Personal information
- Nicknames: Liv LivFit Diamond
- Nationality: English
- Born: Livi Sheldon 18 May 1994 (age 32) Worcester, Worcestershire, England
- Education: Christopher Whitehead Language College Worcester University
- Occupations: Bodybuilder; personal trainer; television personality;
- Height: 6 ft (183 cm)
- Weight: 85 kg (187 lb)

= Livi Sheldon =

British bodybuilder (born 1994)

Livi "Liv" Sheldon (born 18 May 1994) is an English television personality, personal trainer and former professional bodybuilder. She appears as Diamond on the BBC One's sports entertainment television game show Gladiators.

==Early life==
From Worcestershire, Livi Sheldon attended Christopher Whitehead Language College. She graduated with a degree in Sports Science from Worcester University.

==Career==
Sheldon was a keen footballer from a young age, and initially played on boys' teams before playing for – and captaining – Worcester City Ladies. She started weight training at 18 and bodybuilding at the age of 24.
She was a finalist in the 'England Toned Figure' competition.

She made an appearance alongside Olympic sprinter Harry Aikines-Aryeetey, on BBC Breakfast on 19 May 2023, on which they were announced as new Gladiators on the re-booted show, with Sheldon taking the name 'Diamond'. Sheldon, who, at 6 ft is the tallest female Gladiator on the show, has spoken about her desire to use her appearances to inspire people to embrace their uniqueness, because she was bullied for her height at school. The show debuted on BBC One in January 2024. It was an immediate ratings success, becoming the channel's biggest entertainment launch since 2017. The success of the series has been credited in part to the popularity of new Gladiators like Sabre (Sheli McCoy), Fury (Jodie Ounsley), and Sheldon's Diamond. In April 2024, she confirmed she would be returning as Diamond for series two.

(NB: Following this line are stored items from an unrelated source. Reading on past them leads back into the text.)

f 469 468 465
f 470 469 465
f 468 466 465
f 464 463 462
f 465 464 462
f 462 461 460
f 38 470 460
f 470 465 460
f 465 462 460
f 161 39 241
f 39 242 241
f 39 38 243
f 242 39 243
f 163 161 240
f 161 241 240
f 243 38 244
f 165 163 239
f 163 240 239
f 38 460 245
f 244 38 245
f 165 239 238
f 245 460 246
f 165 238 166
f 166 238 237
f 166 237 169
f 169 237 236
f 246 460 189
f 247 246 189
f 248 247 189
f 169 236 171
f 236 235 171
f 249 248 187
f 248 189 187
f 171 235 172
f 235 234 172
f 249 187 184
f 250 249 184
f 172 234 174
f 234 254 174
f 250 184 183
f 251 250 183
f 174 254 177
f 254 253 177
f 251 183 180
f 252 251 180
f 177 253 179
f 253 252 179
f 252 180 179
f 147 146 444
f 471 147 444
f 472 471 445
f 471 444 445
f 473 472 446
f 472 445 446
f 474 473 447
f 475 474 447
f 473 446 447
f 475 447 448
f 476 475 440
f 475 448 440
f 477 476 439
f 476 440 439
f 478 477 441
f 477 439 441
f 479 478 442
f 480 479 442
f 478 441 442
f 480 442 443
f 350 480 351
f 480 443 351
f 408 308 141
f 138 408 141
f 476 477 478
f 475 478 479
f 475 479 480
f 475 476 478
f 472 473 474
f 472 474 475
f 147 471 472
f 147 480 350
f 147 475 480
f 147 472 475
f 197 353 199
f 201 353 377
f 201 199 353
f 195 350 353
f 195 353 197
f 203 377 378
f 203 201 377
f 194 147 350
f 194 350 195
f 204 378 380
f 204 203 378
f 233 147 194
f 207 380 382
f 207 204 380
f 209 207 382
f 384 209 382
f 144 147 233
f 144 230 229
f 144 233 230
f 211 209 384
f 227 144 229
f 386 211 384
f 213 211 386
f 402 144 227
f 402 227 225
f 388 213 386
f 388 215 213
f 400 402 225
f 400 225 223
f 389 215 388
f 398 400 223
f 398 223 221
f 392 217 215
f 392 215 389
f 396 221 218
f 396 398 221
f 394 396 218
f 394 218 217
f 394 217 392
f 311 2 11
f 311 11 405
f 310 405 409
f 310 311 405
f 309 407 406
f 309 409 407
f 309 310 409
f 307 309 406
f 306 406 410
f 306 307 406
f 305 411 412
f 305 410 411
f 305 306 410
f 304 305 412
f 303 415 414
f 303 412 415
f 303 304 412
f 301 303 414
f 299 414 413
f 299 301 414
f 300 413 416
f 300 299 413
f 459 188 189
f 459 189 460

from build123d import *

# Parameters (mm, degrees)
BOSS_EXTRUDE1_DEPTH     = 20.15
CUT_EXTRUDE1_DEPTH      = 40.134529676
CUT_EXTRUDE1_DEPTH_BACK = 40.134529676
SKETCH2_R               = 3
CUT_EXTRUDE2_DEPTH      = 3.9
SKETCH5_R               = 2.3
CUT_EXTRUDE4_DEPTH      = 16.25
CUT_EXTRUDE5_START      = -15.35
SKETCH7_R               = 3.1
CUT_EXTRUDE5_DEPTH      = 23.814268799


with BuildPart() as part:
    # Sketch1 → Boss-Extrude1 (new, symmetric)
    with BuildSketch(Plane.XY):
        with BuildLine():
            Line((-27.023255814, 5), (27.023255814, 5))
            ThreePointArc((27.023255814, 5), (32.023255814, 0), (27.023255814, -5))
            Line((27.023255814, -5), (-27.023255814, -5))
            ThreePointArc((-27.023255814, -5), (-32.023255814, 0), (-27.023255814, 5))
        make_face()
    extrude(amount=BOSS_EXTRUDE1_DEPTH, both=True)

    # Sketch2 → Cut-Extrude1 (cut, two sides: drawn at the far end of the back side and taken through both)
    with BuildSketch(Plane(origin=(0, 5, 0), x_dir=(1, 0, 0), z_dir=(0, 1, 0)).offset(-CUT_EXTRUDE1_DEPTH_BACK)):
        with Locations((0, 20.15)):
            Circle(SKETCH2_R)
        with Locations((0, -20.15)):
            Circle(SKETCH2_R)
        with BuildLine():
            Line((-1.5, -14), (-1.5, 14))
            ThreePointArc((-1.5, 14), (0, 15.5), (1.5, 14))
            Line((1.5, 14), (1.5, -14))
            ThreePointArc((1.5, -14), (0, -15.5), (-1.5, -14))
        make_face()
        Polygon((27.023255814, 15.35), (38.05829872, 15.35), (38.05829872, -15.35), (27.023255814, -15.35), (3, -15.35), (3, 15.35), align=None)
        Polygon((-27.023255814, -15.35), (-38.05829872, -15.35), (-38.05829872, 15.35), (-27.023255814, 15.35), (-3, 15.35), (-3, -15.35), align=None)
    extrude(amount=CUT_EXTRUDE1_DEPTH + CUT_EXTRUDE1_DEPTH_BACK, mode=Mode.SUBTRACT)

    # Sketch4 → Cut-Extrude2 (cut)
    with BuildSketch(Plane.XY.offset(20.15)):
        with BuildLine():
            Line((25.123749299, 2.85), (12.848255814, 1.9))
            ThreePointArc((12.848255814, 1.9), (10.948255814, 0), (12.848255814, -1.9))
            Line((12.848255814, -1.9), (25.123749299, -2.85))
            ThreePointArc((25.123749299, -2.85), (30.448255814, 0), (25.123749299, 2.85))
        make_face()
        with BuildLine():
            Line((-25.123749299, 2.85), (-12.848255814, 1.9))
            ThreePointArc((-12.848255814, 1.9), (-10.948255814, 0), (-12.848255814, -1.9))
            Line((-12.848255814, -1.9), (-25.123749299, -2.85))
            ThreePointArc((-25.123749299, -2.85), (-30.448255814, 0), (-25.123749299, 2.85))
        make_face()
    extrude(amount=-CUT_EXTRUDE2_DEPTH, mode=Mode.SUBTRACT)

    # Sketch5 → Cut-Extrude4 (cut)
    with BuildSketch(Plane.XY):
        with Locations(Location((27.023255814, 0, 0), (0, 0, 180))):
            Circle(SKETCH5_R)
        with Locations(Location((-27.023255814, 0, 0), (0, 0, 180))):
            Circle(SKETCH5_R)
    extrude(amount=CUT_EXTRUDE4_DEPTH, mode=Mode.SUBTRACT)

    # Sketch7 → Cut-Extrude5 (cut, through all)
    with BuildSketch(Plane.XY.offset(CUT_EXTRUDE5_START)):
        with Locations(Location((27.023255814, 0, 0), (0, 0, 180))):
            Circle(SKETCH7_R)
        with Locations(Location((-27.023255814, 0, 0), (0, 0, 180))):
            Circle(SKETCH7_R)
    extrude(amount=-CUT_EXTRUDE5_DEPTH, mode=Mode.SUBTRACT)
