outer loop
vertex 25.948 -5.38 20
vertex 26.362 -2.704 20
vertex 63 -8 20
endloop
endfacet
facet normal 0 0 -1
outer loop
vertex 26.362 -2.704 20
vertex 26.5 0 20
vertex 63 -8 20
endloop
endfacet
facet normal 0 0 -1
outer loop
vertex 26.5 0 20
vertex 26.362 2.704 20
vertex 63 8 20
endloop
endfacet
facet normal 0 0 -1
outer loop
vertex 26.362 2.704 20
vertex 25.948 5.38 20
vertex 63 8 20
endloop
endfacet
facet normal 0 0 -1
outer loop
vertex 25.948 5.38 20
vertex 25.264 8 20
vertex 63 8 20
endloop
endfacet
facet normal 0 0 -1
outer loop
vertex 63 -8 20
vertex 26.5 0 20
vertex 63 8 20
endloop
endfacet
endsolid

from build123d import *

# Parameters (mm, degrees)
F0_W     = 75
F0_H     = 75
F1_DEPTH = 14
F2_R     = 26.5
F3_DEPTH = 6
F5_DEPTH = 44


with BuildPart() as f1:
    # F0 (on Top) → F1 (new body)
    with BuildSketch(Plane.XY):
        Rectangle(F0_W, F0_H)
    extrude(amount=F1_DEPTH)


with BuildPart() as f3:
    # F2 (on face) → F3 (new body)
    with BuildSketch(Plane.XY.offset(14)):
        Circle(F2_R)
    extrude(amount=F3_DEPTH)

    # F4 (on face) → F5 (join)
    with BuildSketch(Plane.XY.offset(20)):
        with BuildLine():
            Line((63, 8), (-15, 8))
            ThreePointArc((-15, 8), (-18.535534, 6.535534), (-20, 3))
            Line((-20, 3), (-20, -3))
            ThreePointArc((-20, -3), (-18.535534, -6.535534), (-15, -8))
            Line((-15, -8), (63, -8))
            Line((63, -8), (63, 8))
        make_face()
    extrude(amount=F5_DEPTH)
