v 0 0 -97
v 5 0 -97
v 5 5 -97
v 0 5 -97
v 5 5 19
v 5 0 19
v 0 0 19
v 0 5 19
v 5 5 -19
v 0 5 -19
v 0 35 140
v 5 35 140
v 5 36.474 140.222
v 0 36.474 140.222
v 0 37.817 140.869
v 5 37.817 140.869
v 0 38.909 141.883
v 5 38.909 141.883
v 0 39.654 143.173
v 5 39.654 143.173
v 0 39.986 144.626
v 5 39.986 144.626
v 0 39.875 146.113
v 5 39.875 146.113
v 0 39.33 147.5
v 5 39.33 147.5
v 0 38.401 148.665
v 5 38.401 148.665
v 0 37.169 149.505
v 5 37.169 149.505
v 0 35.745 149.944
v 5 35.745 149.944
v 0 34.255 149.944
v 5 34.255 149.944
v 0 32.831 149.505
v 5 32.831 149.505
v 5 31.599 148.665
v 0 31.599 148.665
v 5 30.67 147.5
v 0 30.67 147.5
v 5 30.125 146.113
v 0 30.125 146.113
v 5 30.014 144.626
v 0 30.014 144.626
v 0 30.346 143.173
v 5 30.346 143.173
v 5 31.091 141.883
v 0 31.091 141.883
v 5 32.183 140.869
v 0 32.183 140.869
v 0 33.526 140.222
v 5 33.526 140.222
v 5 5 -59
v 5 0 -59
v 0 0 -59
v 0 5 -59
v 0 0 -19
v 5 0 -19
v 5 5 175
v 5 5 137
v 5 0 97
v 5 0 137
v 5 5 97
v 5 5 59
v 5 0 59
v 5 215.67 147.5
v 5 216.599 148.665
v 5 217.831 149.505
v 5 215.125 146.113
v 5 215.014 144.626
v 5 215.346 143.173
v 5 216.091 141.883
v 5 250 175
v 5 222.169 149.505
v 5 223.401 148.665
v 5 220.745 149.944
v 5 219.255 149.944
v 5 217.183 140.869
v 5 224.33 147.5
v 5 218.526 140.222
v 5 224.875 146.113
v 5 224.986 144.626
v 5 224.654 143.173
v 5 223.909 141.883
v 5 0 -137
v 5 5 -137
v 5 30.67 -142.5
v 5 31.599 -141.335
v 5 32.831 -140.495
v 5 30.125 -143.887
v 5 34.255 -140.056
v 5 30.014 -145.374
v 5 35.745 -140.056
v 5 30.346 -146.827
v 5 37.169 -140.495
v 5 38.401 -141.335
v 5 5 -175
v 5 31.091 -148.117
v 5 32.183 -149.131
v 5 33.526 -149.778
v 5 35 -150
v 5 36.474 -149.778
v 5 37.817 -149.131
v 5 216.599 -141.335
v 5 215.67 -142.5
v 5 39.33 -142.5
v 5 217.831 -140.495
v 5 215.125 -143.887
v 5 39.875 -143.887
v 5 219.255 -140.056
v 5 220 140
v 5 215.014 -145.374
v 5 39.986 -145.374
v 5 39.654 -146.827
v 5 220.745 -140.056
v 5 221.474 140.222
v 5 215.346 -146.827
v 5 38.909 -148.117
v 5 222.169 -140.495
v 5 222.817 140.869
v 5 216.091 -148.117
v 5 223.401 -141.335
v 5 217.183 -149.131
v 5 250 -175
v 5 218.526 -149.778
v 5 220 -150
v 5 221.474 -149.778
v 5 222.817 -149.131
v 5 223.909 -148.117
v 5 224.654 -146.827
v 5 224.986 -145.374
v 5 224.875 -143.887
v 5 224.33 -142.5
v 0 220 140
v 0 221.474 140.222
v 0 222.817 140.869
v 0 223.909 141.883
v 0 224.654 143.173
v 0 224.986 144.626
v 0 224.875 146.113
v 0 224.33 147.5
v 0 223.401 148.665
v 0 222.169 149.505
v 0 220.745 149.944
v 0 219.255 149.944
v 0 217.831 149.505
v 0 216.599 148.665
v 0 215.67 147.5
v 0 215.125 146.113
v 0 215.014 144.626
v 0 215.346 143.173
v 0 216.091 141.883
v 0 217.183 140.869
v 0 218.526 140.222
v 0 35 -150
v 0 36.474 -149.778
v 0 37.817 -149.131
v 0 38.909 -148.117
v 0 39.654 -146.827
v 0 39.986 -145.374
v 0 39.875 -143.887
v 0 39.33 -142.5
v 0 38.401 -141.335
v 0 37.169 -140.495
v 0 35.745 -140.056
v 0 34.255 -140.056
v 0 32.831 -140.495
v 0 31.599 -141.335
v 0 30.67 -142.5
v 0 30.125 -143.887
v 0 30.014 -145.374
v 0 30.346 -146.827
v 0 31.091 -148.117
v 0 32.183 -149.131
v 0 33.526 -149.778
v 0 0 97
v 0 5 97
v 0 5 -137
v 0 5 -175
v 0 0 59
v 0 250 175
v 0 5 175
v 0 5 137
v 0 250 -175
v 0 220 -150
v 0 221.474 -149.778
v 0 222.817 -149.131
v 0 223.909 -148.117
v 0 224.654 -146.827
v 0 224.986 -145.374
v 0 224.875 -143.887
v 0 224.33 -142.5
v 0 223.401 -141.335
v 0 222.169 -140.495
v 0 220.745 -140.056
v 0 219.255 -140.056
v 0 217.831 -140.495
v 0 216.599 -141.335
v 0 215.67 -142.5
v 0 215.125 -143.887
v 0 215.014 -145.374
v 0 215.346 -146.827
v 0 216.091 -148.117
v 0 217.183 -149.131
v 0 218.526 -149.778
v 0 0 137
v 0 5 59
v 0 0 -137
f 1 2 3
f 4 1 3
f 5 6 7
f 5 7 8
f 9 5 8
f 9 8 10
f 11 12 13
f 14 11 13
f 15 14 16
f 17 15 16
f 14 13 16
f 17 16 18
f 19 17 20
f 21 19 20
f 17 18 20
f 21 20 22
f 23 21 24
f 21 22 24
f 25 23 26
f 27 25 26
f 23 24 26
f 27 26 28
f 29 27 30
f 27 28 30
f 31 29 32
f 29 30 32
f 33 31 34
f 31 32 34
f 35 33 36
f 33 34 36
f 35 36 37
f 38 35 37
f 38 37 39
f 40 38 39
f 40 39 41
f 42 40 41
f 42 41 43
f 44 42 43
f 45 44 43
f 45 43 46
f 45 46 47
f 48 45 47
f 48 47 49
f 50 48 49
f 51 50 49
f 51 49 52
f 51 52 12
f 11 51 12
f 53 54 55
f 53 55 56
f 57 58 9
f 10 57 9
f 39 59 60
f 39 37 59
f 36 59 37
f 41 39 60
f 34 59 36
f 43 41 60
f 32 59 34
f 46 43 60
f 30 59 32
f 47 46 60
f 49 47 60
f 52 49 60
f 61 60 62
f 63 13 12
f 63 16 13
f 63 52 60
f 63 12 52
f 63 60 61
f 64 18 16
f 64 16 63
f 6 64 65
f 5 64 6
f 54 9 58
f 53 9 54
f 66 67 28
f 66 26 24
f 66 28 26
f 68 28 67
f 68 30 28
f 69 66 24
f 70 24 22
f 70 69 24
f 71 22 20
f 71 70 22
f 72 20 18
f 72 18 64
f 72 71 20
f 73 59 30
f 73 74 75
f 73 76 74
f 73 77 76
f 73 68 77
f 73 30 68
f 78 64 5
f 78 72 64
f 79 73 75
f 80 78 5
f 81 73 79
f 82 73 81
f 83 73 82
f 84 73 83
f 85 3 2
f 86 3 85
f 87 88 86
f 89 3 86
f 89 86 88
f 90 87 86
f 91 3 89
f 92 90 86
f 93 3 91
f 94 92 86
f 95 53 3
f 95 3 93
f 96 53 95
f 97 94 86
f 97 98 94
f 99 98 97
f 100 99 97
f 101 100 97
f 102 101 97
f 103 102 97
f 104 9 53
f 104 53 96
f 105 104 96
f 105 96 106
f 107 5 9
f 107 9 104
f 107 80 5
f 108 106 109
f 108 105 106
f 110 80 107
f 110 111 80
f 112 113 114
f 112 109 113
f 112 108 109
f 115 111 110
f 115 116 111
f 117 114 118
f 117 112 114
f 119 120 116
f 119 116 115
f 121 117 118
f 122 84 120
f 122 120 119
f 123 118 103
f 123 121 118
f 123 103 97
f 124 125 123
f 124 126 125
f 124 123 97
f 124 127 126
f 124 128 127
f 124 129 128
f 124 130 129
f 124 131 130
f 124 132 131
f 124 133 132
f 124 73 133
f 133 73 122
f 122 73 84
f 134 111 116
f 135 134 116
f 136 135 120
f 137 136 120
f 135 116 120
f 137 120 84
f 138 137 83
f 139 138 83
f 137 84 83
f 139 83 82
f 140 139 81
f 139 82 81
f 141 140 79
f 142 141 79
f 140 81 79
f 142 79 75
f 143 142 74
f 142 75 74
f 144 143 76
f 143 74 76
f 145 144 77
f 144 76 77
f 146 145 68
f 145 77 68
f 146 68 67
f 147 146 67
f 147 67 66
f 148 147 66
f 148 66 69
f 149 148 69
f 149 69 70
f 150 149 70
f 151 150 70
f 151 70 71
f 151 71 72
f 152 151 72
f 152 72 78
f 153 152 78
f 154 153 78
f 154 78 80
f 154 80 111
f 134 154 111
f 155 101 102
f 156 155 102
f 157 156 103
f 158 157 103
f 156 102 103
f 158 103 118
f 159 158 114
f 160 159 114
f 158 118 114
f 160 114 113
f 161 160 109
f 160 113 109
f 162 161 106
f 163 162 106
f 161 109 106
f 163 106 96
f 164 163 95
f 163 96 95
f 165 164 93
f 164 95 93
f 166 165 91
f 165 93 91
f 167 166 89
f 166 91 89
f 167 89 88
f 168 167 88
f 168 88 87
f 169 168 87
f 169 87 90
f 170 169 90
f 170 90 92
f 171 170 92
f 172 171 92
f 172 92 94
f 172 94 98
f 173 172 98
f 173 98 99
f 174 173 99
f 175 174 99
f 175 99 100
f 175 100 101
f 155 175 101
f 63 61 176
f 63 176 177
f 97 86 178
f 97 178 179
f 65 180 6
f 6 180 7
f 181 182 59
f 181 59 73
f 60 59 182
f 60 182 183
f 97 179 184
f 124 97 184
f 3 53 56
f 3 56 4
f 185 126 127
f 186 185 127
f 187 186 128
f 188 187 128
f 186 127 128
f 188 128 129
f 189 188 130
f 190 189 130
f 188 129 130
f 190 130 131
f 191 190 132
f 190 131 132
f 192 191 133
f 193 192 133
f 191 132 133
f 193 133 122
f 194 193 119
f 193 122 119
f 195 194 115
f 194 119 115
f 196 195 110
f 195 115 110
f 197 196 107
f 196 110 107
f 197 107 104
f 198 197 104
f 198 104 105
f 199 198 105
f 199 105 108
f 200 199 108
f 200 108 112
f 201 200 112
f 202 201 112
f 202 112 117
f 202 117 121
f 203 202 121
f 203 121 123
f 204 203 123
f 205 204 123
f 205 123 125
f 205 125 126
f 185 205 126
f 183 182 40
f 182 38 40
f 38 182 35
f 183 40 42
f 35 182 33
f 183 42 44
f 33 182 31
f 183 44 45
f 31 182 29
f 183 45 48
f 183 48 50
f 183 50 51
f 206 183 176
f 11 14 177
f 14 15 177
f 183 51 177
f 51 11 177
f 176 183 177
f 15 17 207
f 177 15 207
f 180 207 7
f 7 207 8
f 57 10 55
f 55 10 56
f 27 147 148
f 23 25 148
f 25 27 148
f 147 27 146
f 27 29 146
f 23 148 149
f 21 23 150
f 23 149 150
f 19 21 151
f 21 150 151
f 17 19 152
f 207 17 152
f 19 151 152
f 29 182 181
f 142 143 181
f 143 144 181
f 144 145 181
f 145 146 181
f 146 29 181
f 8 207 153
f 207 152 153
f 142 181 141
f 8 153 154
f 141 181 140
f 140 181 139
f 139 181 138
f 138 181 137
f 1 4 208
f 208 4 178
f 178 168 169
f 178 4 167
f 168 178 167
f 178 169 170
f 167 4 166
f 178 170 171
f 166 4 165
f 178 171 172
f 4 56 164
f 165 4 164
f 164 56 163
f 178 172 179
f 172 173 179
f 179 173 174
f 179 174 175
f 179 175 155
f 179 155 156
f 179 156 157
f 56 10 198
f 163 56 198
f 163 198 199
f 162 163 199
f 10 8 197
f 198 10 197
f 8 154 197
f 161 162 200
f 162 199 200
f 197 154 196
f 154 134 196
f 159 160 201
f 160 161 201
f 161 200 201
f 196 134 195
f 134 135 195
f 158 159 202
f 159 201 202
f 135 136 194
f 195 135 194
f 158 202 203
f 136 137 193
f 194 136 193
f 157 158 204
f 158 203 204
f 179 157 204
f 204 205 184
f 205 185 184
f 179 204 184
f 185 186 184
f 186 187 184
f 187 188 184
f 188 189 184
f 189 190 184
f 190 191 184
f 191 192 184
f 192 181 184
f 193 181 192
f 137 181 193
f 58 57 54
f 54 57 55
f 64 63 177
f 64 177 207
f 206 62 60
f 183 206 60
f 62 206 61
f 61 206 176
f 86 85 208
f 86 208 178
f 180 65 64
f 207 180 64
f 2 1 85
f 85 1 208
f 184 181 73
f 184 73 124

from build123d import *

# Parameters (mm, degrees)
SKIZZE1_W                  = 350
SKIZZE1_H                  = 250
GRUNDPLATTE_DEPTH          = 5
SKIZZE2_W                  = 38
SKIZZE2_H                  = 5
ZAPFEN_BODEN_DEPTH         = 6
SKIZZE3_R                  = 5
VERBINDUNGSBOHRUNGEN_DEPTH = 6


with BuildPart() as part:
    # Skizze1 → Grundplatte (new body)
    with BuildSketch(Plane(origin=(0, 0, 0), x_dir=(0, 0, -1), z_dir=(1, 0, 0))):
        with Locations((0, 125)):
            Rectangle(SKIZZE1_W, SKIZZE1_H)
    extrude(amount=GRUNDPLATTE_DEPTH)

    # Skizze2 → Zapfen Boden (cut, through all)
    with BuildSketch(Plane(origin=(5, 0, 0), x_dir=(0, 0, -1), z_dir=(1, 0, 0))):
        with Locations((-156, 2.5)):
            Rectangle(SKIZZE2_W, SKIZZE2_H)
        with Locations((-78, 2.5)):
            Rectangle(SKIZZE2_W, SKIZZE2_H)
        with Locations((0, 2.5)):
            Rectangle(SKIZZE2_W, SKIZZE2_H)
        with Locations((78, 2.5)):
            Rectangle(SKIZZE2_W, SKIZZE2_H)
        with Locations((156, 2.5)):
            Rectangle(SKIZZE2_W, SKIZZE2_H)
    extrude(amount=-ZAPFEN_BODEN_DEPTH, mode=Mode.SUBTRACT)

    # Skizze3 → Verbindungsbohrungen (cut, through all)
    with BuildSketch(Plane(origin=(5, 0, 0), x_dir=(0, 0, -1), z_dir=(1, 0, 0))):
        with Locations((145, 220)):
            Circle(SKIZZE3_R)
        with Locations((-145, 220)):
            Circle(SKIZZE3_R)
        with Locations((-145, 35)):
            Circle(SKIZZE3_R)
        with Locations((145, 35)):
            Circle(SKIZZE3_R)
    extrude(amount=-VERBINDUNGSBOHRUNGEN_DEPTH, mode=Mode.SUBTRACT)


solid = part.part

In March 2024, she was also confirmed as one of the celebrities to play in the televised charity football match Soccer Aid. Her other television appearances have included being a guest on The One Show.

While filming for the third season of Gladiators, the fan favourite Sheldon's Diamond suffered a major ACL tear, and had to undergo a surgery. Due to this, she had to miss most of the season.

==Personal life==
Sheldon lives in Worcester with her fiancé Grant Gibbs. They both work as online personal trainers, with Sheldon running her own training app titled LivFitness.